この記事は2022年6月10日に「きんざいOnline:週刊金融財政事情」で公開された「FRBのハト派シフトで波乱の種はECBへ」を一部編集し、転載したものです。
これまで弱気材料一辺倒であった米債市場に、ようやく強気材料が表れた。米連邦準備制度理事会(FRB)の利上げ休止観測である。
きっかけは米連邦公開市場委員会(FOMC)のハト派メンバーの言及だが、以前から(1)米ハイイールド債などの信用収縮、(2)米国内の景況感を示すISM景気指数などの景気減速、(3)賃金統計などのインフレ鈍化──の兆候が増え始めたことで、市場は3%を大きく上回る利上げの必要性に疑問符を投げかけていた。年内の利上げ休止については多くのFOMCメンバーがまだ否定的であるものの、インフレの状況次第では9月会合以降で利上げ幅を50bpから25bpへ縮める可能性に触れている。
FRBが公表するベージュブックでも、一部地域で異例の景気後退懸念を指摘しており、FRB全体がハト派方向にかじを切り始めているのは疑いがない。結果的に、2022年5月9日につけた米10年金利の3.15%は、年内の最高水準となる可能性もありそうだ。
だが、米債相場が価格上昇基調に入ったとの判断は早計だ。仮にFRBが2022年9月以降25bpに利上げ幅を縮めるとしても、2022年12月会合時点で政策金利誘導レンジは2.5%~2.75%に達する。米10年金利がこのレンジを下回るには、同会合時点で利上げ休止観測が強まっている必要がある。
FOMCメンバーは、利上げを休止するための「説得力のある証左」を求めており、少なくとも労働需給逼迫の解消と賃金伸び率の鈍化や、インフレ期待指標の低下が確認できなければならない。前者については裏付けとなる指標や材料が増えつつある一方、後者についてはブレーク・イーブン・インフレ率(BEI)と連動性の高い原油価格がコロナ後最高値を更新するなど予断を許さない。
筆者は、米債金利が2022年9月FOMC前後に低下し、10年2.5%を一時割り込むとみる。景気指標悪化がより鮮明となって経済成長・企業業績見通しが下方修正され、利上げと量的緩和の影響でクレジットや流動性環境がさらに悪化し、今よりも景気後退懸念が強まるだろう。

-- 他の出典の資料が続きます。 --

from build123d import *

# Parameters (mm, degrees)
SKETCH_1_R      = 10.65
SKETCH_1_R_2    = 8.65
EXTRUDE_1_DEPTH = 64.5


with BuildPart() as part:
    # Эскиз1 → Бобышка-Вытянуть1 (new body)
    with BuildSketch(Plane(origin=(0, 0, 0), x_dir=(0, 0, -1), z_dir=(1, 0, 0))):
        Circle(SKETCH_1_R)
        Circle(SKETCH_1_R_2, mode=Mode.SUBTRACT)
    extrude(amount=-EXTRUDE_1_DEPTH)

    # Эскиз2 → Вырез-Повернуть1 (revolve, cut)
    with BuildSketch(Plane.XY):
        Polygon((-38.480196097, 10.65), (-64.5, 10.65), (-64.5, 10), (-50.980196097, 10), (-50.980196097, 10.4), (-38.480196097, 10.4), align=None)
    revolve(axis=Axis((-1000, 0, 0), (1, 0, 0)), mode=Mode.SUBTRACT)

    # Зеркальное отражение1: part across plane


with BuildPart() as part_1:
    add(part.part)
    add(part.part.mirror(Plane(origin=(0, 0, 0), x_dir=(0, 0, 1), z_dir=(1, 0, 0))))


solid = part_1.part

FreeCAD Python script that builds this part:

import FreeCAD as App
import Part
import Sketcher

V = App.Vector


def add_polygon(sketch, points):
    """Adds a closed chain of lines whose ends are joined by coincident constraints."""
    first, n = sketch.GeometryCount, len(points)
    for a, b in zip(points, points[1:] + points[:1]):
        sketch.addGeometry(Part.LineSegment(App.Vector(*a, 0), App.Vector(*b, 0)), False)
    for i in range(n):
        sketch.addConstraint(Sketcher.Constraint("Coincident", first + i, 2, first + (i + 1) % n, 1))

doc = App.newDocument("Part")
body = doc.addObject("PartDesign::Body", "Body")

# Sketch on YZ plane
sketch1 = body.newObject("Sketcher::SketchObject", "Sketch")
sketch1.AttachmentSupport = (doc.getObject("YZ_Plane"), [""])
sketch1.MapMode = "FlatFace"
sketch1.addGeometry([
    Part.Circle(V(0, 0, 0), V(0, 0, 1), 10.65),
    Part.Circle(V(0, 0, 0), V(0, 0, 1), 8.65),
], False)
sketch1.addConstraint([
    Sketcher.Constraint("Coincident", 0, 3, -1, 1),
    Sketcher.Constraint("Coincident", 1, 3, -1, 1),
    Sketcher.Constraint("Diameter", 0, 21.3),
    Sketcher.Constraint("Diameter", 1, 17.3),
])
pad1 = body.newObject("PartDesign::Pad", "Pad")
pad1.Profile = sketch1
pad1.Length = 64.5
pad1.Reversed = True

# Sketch on XY plane
sketch2 = body.newObject("Sketcher::SketchObject", "Sketch001")
sketch2.AttachmentSupport = (doc.getObject("XY_Plane"), [""])
sketch2.MapMode = "FlatFace"
add_polygon(sketch2, [(-38.480196, 10.65), (-64.5, 10.65), (-64.5, 10), (-50.980196, 10), (-50.980196, 10.4), (-38.480196, 10.4)])  # lines 0-5
sketch2.addConstraint([
    Sketcher.Constraint("Horizontal", 0),
    Sketcher.Constraint("Vertical", 1),
    Sketcher.Constraint("Horizontal", 2),
    Sketcher.Constraint("Vertical", 3),
    Sketcher.Constraint("Horizontal", 4),
    Sketcher.Constraint("Vertical", 5),
    Sketcher.Constraint("DistanceX", 4, 1, 4, 2, 12.5),
    Sketcher.Constraint("DistanceY", 3, 1, 3, 2, 0.4),
    Sketcher.Constraint("DistanceY", -1, 1, 1, 2, 10.0),
    Sketcher.Constraint("DistanceY", 1, 2, 1, 1, 0.65),
    Sketcher.Constraint("DistanceX", 0, 2, -1, 1, 64.5),
    Sketcher.Constraint("DistanceX", 0, 2, 0, 1, 26.019804),
])
groove = body.newObject("PartDesign::Groove", "Groove")
groove.Profile = sketch2
groove.ReferenceAxis = (sketch2, ["H_Axis"])
groove.Angle = 360
body2 = doc.addObject("PartDesign::Body", "Body001")
doc.recompute()

body2.BaseFeature = body
doc.recompute()

mirroring = doc.addObject("Part::Mirroring", "Mirroring")
mirroring.Source = body
mirroring.Base = V(0, 0, 0)
mirroring.Normal = V(1, 0, 0)
body3 = doc.addObject("PartDesign::Body", "Body002")
body3.BaseFeature = mirroring
boolean = body2.newObject("PartDesign::Boolean", "Boolean")
boolean.Type = "Fuse"
boolean.addObjects([body3])
doc.recompute()
mirroring.Visibility = False

doc.recompute()
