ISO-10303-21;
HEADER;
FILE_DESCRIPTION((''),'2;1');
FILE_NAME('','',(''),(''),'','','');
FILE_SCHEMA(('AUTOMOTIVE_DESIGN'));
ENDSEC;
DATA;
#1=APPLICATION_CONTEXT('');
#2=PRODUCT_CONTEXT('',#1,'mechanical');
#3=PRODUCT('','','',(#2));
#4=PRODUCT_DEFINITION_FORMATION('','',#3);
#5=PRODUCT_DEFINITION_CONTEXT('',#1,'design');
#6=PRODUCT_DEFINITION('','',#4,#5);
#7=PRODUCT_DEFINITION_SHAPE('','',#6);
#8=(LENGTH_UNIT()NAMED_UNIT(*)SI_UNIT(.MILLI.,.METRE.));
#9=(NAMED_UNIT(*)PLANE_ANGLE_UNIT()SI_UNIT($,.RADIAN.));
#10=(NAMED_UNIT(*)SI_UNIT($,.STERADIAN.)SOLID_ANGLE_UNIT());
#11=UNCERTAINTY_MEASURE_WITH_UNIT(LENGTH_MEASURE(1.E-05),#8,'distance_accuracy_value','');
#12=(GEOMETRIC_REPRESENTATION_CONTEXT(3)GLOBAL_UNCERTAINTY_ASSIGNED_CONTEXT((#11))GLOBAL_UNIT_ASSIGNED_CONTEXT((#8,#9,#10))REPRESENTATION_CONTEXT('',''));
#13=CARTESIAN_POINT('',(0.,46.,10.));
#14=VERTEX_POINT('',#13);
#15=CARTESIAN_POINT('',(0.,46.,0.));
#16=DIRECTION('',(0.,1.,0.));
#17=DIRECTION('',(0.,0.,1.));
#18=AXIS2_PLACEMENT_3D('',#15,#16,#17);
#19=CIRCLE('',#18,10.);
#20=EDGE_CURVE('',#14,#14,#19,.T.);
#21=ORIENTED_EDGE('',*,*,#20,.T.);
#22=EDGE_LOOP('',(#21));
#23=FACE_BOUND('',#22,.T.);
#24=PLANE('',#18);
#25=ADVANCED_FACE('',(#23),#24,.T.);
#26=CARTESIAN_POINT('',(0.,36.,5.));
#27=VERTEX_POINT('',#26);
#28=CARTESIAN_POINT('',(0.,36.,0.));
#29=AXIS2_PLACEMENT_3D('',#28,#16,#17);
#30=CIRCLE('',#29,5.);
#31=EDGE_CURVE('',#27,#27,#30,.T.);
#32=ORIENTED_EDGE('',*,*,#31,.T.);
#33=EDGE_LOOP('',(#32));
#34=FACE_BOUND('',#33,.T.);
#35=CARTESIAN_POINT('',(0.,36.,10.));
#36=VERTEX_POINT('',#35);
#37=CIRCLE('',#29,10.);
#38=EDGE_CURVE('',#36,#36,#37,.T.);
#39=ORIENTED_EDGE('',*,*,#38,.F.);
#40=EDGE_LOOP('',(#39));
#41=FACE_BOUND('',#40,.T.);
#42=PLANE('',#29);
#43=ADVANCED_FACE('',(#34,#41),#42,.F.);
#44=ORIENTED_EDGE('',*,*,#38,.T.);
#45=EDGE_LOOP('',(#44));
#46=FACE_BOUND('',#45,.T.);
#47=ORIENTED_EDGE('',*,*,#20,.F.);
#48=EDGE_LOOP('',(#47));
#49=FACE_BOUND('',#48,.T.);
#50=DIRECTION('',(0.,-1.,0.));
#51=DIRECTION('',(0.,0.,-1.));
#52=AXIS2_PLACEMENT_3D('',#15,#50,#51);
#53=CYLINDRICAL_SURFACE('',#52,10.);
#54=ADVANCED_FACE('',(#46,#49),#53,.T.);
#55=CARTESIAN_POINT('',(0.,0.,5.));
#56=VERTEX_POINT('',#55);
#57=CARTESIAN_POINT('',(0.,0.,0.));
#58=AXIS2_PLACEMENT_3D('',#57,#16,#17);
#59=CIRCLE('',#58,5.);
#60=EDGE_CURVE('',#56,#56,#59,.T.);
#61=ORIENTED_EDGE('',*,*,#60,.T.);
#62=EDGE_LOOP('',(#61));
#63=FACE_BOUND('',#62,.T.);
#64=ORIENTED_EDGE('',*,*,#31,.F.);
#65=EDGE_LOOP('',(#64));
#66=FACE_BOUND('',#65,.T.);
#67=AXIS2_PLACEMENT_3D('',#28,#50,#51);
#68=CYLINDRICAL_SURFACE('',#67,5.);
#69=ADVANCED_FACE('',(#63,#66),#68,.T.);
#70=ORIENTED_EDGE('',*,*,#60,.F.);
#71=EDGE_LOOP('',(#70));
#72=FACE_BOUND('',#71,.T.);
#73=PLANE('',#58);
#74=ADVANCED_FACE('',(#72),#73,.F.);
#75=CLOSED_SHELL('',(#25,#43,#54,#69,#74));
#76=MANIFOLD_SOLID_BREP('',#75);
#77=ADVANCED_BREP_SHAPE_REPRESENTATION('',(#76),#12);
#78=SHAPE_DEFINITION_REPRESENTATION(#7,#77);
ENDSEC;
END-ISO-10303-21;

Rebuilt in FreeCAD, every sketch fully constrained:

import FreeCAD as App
import Part
import Sketcher
from FreeCAD import Vector

doc = App.newDocument("Part")
params = doc.addObject("Spreadsheet::Sheet", "Params")
for row, (alias, value) in enumerate([
    ("sketch1_diameter", "10 mm"),
    ("pad1_length", "36 mm"),
    ("sketch2_diameter", "20 mm"),
    ("pad2_length", "10 mm"),
], start=1):
    params.set(f"A{row}", alias)
    params.set(f"B{row}", "=" + value)
    params.setAlias(f"B{row}", alias)

body = doc.addObject("PartDesign::Body", "Body")

sketch1 = body.newObject("Sketcher::SketchObject", "Sketch")
sketch1.AttachmentSupport = (doc.getObject("XZ_Plane"), [""])
sketch1.MapMode = "FlatFace"
sketch1.addGeometry(Part.Circle(Vector(0, 0, 0), Vector(0, 0, 1), 5), False)
sketch1.addConstraint(Sketcher.Constraint("Coincident", 0, 3, -1, 1))
sketch1.addConstraint(Sketcher.Constraint("Diameter", 0, 10.0))
sketch1.setExpression("Constraints[1]", "Params.sketch1_diameter")
pad1 = body.newObject("PartDesign::Pad", "Pad")
pad1.Profile = sketch1
pad1.setExpression("Length", "Params.pad1_length")
pad1.Reversed = True

sketch2 = body.newObject("Sketcher::SketchObject", "Sketch001")
sketch2.AttachmentSupport = (doc.getObject("XZ_Plane"), [""])
sketch2.MapMode = "FlatFace"
sketch2.AttachmentOffset = App.Placement(Vector(0, 0, -36), App.Rotation())
sketch2.addGeometry(Part.Circle(Vector(0, 0, 0), Vector(0, 0, 1), 10), False)
sketch2.addConstraint(Sketcher.Constraint("Coincident", 0, 3, -1, 1))
sketch2.addConstraint(Sketcher.Constraint("Diameter", 0, 20.0))
sketch2.setExpression("Constraints[1]", "Params.sketch2_diameter")
pad2 = body.newObject("PartDesign::Pad", "Pad001")
pad2.Profile = sketch2
pad2.setExpression("Length", "Params.pad2_length")
pad2.Reversed = True

doc.recompute()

当面の波乱材料として注視すべきは、FRBよりも欧州中央銀行(ECB)の動きだ。FRBから半年ほど遅れてタカ派姿勢を強めているだけでなく、欧州経済・市場が陶酔感を呈しており、政策エラーを誘発しやすい。欧州は実質金利が深いマイナスとなっているため、大幅利上げでも金融環境はさほど引き締まらないとの「慢心」が当局や市場にはある。

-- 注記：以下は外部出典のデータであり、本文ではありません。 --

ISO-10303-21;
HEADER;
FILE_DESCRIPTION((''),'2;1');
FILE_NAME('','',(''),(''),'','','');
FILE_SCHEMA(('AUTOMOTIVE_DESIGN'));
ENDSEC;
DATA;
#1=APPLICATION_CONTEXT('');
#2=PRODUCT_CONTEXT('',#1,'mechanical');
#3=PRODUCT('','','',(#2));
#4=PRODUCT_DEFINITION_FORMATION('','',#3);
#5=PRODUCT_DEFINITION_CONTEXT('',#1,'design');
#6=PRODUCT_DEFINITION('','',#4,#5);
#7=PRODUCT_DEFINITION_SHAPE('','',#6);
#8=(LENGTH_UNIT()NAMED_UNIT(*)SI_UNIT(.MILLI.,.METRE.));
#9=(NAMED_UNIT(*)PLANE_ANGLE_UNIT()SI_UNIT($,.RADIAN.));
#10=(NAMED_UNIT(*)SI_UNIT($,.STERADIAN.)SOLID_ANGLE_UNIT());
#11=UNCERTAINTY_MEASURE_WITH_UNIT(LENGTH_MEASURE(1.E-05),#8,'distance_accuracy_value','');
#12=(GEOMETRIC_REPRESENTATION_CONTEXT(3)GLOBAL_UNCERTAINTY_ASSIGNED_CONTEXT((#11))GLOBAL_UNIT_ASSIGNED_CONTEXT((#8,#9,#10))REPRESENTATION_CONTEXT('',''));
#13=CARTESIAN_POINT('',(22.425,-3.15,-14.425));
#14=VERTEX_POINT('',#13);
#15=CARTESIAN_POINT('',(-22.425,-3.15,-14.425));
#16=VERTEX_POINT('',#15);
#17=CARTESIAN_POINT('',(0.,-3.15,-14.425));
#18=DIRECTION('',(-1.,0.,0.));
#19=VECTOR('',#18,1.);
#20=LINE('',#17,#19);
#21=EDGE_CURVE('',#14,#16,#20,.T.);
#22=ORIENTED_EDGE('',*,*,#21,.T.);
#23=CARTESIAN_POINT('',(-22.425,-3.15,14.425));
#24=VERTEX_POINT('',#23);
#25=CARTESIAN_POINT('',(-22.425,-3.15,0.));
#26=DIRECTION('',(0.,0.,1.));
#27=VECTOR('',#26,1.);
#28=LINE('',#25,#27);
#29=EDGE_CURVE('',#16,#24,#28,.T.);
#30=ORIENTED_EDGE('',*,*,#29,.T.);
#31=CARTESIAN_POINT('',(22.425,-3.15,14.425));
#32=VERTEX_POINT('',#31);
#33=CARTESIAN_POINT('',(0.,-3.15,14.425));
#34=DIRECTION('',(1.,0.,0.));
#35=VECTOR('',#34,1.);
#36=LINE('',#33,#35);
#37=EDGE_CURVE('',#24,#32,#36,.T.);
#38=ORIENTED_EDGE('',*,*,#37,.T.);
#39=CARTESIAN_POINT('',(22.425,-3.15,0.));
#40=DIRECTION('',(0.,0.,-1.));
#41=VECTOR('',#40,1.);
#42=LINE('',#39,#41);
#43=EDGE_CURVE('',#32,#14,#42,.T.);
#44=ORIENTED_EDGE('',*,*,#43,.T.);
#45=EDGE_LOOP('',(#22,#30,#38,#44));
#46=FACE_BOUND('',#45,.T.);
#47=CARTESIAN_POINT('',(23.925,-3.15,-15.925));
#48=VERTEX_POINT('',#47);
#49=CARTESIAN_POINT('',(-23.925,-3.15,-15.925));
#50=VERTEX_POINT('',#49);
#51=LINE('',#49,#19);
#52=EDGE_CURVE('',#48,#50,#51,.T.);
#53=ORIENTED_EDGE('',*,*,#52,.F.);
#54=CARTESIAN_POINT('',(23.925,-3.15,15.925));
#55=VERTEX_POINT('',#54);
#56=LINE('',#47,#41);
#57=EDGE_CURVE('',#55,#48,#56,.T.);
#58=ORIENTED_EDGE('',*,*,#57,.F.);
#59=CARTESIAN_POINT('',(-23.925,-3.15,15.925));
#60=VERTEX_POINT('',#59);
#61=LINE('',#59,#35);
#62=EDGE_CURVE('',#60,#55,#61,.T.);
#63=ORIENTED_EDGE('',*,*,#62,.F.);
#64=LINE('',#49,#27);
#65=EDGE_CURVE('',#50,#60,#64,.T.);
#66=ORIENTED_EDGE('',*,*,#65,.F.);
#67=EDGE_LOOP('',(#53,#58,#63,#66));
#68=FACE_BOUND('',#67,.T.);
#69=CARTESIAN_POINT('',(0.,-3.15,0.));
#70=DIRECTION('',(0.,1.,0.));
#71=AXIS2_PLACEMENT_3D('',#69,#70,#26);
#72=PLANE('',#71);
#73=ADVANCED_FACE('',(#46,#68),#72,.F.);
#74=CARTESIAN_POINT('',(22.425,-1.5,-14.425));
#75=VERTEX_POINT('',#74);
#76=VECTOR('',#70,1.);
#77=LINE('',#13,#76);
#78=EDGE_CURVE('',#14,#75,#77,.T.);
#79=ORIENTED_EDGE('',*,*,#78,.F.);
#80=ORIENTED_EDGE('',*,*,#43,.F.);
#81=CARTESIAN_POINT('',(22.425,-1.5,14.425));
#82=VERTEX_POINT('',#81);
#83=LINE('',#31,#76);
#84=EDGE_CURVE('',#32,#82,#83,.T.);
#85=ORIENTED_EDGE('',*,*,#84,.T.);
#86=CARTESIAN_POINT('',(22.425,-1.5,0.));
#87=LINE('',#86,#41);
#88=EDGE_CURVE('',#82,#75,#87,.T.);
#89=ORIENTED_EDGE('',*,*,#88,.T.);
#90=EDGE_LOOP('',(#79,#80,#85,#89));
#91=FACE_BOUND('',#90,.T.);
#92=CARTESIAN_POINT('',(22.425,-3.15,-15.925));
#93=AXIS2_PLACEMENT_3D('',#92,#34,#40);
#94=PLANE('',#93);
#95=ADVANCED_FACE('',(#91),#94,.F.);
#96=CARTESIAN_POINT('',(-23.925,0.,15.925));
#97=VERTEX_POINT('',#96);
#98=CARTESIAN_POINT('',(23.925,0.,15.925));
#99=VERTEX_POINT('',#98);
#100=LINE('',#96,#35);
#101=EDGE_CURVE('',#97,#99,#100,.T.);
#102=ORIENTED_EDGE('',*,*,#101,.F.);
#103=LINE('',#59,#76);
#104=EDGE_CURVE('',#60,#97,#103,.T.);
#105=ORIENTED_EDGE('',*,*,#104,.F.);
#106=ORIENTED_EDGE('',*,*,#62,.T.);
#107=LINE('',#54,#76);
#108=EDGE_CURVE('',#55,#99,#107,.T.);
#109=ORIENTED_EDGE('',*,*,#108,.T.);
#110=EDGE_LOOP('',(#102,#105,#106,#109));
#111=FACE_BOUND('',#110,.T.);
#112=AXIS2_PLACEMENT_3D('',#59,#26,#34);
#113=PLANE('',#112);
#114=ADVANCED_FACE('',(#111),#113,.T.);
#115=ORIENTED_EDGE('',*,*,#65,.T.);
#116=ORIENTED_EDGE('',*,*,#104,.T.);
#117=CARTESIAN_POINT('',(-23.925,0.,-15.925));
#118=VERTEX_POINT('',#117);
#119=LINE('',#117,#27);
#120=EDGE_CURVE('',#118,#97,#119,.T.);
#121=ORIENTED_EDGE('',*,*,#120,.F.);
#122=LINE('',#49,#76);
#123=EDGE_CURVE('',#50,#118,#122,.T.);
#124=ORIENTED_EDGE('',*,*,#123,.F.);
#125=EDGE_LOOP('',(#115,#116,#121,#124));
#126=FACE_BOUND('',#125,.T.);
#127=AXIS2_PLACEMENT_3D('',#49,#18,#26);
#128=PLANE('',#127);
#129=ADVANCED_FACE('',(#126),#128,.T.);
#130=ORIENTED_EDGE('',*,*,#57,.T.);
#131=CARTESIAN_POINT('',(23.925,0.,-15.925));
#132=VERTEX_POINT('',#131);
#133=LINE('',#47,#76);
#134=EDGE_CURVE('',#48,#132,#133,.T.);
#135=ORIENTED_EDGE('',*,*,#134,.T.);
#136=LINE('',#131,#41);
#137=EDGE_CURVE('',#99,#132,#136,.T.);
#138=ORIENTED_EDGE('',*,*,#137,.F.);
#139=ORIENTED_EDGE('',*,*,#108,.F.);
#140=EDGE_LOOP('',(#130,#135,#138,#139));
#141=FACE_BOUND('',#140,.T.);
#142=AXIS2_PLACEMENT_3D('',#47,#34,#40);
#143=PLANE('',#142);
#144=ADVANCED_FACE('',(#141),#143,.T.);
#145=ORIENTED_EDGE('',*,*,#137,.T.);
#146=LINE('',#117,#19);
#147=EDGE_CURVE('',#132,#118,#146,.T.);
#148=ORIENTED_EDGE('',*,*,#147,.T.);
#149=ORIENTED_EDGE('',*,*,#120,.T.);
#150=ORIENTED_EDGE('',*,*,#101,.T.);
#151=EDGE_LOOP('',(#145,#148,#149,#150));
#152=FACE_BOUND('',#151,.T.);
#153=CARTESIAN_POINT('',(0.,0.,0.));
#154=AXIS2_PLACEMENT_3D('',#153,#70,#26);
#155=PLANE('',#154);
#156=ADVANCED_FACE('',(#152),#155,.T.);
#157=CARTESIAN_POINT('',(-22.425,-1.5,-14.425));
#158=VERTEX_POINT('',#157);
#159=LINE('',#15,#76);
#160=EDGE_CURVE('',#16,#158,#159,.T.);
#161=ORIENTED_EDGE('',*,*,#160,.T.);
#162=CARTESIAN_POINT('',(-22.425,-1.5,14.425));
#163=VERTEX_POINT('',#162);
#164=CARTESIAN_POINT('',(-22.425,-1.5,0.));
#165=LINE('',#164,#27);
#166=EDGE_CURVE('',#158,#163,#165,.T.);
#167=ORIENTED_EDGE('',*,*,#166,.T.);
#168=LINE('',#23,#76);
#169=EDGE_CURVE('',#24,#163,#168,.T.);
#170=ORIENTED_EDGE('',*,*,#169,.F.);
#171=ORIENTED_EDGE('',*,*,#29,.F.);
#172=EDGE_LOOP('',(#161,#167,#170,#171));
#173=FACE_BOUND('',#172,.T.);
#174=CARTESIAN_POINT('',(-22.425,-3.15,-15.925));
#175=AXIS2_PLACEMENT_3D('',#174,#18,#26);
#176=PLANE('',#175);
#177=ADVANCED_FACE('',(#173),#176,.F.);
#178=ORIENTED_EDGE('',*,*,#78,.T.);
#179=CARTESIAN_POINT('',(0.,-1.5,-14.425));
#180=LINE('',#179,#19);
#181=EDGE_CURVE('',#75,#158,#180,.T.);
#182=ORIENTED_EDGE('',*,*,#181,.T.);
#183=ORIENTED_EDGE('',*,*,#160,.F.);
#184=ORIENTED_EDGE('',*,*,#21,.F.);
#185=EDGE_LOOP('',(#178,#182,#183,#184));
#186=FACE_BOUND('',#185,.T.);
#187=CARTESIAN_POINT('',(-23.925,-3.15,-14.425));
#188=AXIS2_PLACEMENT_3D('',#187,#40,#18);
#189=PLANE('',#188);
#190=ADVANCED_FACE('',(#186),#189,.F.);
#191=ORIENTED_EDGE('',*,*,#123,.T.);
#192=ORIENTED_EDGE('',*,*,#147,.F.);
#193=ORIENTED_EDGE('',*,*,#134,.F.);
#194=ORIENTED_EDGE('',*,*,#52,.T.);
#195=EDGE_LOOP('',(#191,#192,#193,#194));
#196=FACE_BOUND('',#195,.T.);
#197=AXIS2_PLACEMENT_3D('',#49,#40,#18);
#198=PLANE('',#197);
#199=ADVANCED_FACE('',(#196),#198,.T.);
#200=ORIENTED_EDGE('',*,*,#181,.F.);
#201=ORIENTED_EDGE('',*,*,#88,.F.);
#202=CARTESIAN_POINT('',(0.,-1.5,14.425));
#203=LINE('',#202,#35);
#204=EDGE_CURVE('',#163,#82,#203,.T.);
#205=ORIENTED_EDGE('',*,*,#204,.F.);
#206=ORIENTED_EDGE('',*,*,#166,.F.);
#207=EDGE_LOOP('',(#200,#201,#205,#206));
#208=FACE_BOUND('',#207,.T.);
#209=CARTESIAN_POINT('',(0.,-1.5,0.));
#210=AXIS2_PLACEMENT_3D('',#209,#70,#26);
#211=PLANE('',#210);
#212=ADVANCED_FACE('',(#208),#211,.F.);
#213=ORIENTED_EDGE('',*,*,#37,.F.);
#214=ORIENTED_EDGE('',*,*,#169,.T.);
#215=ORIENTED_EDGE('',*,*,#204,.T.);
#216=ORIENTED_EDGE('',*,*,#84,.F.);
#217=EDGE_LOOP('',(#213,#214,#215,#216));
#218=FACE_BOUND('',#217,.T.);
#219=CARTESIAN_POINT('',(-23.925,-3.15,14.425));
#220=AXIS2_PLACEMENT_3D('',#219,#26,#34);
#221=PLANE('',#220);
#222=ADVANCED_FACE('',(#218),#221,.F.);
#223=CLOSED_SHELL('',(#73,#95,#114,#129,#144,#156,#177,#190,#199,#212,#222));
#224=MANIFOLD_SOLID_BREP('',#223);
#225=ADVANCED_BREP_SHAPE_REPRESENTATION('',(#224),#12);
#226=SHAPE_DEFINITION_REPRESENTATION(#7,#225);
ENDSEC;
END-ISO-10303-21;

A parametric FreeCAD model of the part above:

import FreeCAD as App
import Part
import Sketcher
from FreeCAD import Vector


def faces_at(feature, points):
    """Names of the faces that lie closest to the given points."""
    faces = feature.Shape.Faces
    near = lambda p: min(range(len(faces)), key=lambda i: faces[i].distToShape(Part.Vertex(*p))[0])
    return sorted({f"Face{near(p) + 1}" for p in points})

doc = App.newDocument("Part")
body = doc.addObject("PartDesign::Body", "Body")

# Sketch on XZ plane
sketch1 = doc.addObject("Sketcher::SketchObject", "Sketch")
body.addObject(sketch1)
sketch1.AttachmentSupport = (doc.XZ_Plane, [""])
sketch1.MapMode = "FlatFace"
sketch1.addGeometry(Part.LineSegment(Vector(-24, -16, 0), Vector(-24, 16, 0)), False)
sketch1.addGeometry(Part.LineSegment(Vector(-24, 16, 0), Vector(24, 16, 0)), False)
sketch1.addGeometry(Part.LineSegment(Vector(24, 16, 0), Vector(24, -16, 0)), False)
sketch1.addGeometry(Part.LineSegment(Vector(24, -16, 0), Vector(-24, -16, 0)), False)
sketch1.addConstraint(Sketcher.Constraint("Coincident", 0, 2, 1, 1))
sketch1.addConstraint(Sketcher.Constraint("Coincident", 1, 2, 2, 1))
sketch1.addConstraint(Sketcher.Constraint("Coincident", 2, 2, 3, 1))
sketch1.addConstraint(Sketcher.Constraint("Coincident", 3, 2, 0, 1))
sketch1.addConstraint(Sketcher.Constraint("Vertical", 0))
sketch1.addConstraint(Sketcher.Constraint("Horizontal", 1))
sketch1.addConstraint(Sketcher.Constraint("Vertical", 2))
sketch1.addConstraint(Sketcher.Constraint("Horizontal", 3))
sketch1.addConstraint(Sketcher.Constraint("Symmetric", 0, 2, 2, 2, -1, 1))
sketch1.addConstraint(Sketcher.Constraint("DistanceX", 1, 1, 1, 2, 47.85))
sketch1.addConstraint(Sketcher.Constraint("DistanceY", 0, 1, 0, 2, 31.85))
pad1 = doc.addObject("PartDesign::Pad", "Pad")
body.addObject(pad1)
pad1.Profile = sketch1
pad1.Length = 3.15
doc.recompute()

thickness = doc.addObject("PartDesign::Thickness", "Thickness")
body.addObject(thickness)
thickness.Base = (pad1, faces_at(pad1, [(0, -3.15, 0)]))
thickness.Value = 1.5
thickness.Reversed = True
thickness.Join = "Intersection"

doc.recompute()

だがそれは、昨年末に同様のロジックでFRBが急速にタカ派化したことを彷彿させる。当時、米実質金利は大幅マイナスだったが、それでも年明けから株価急落が起こった(図表)。ECBが2022年7月会合での50bp利上げに含みを持たせるようなメッセージを強め始めた場合、債券だけでなく、株式などのリスク資産にも悪影響を与えよう。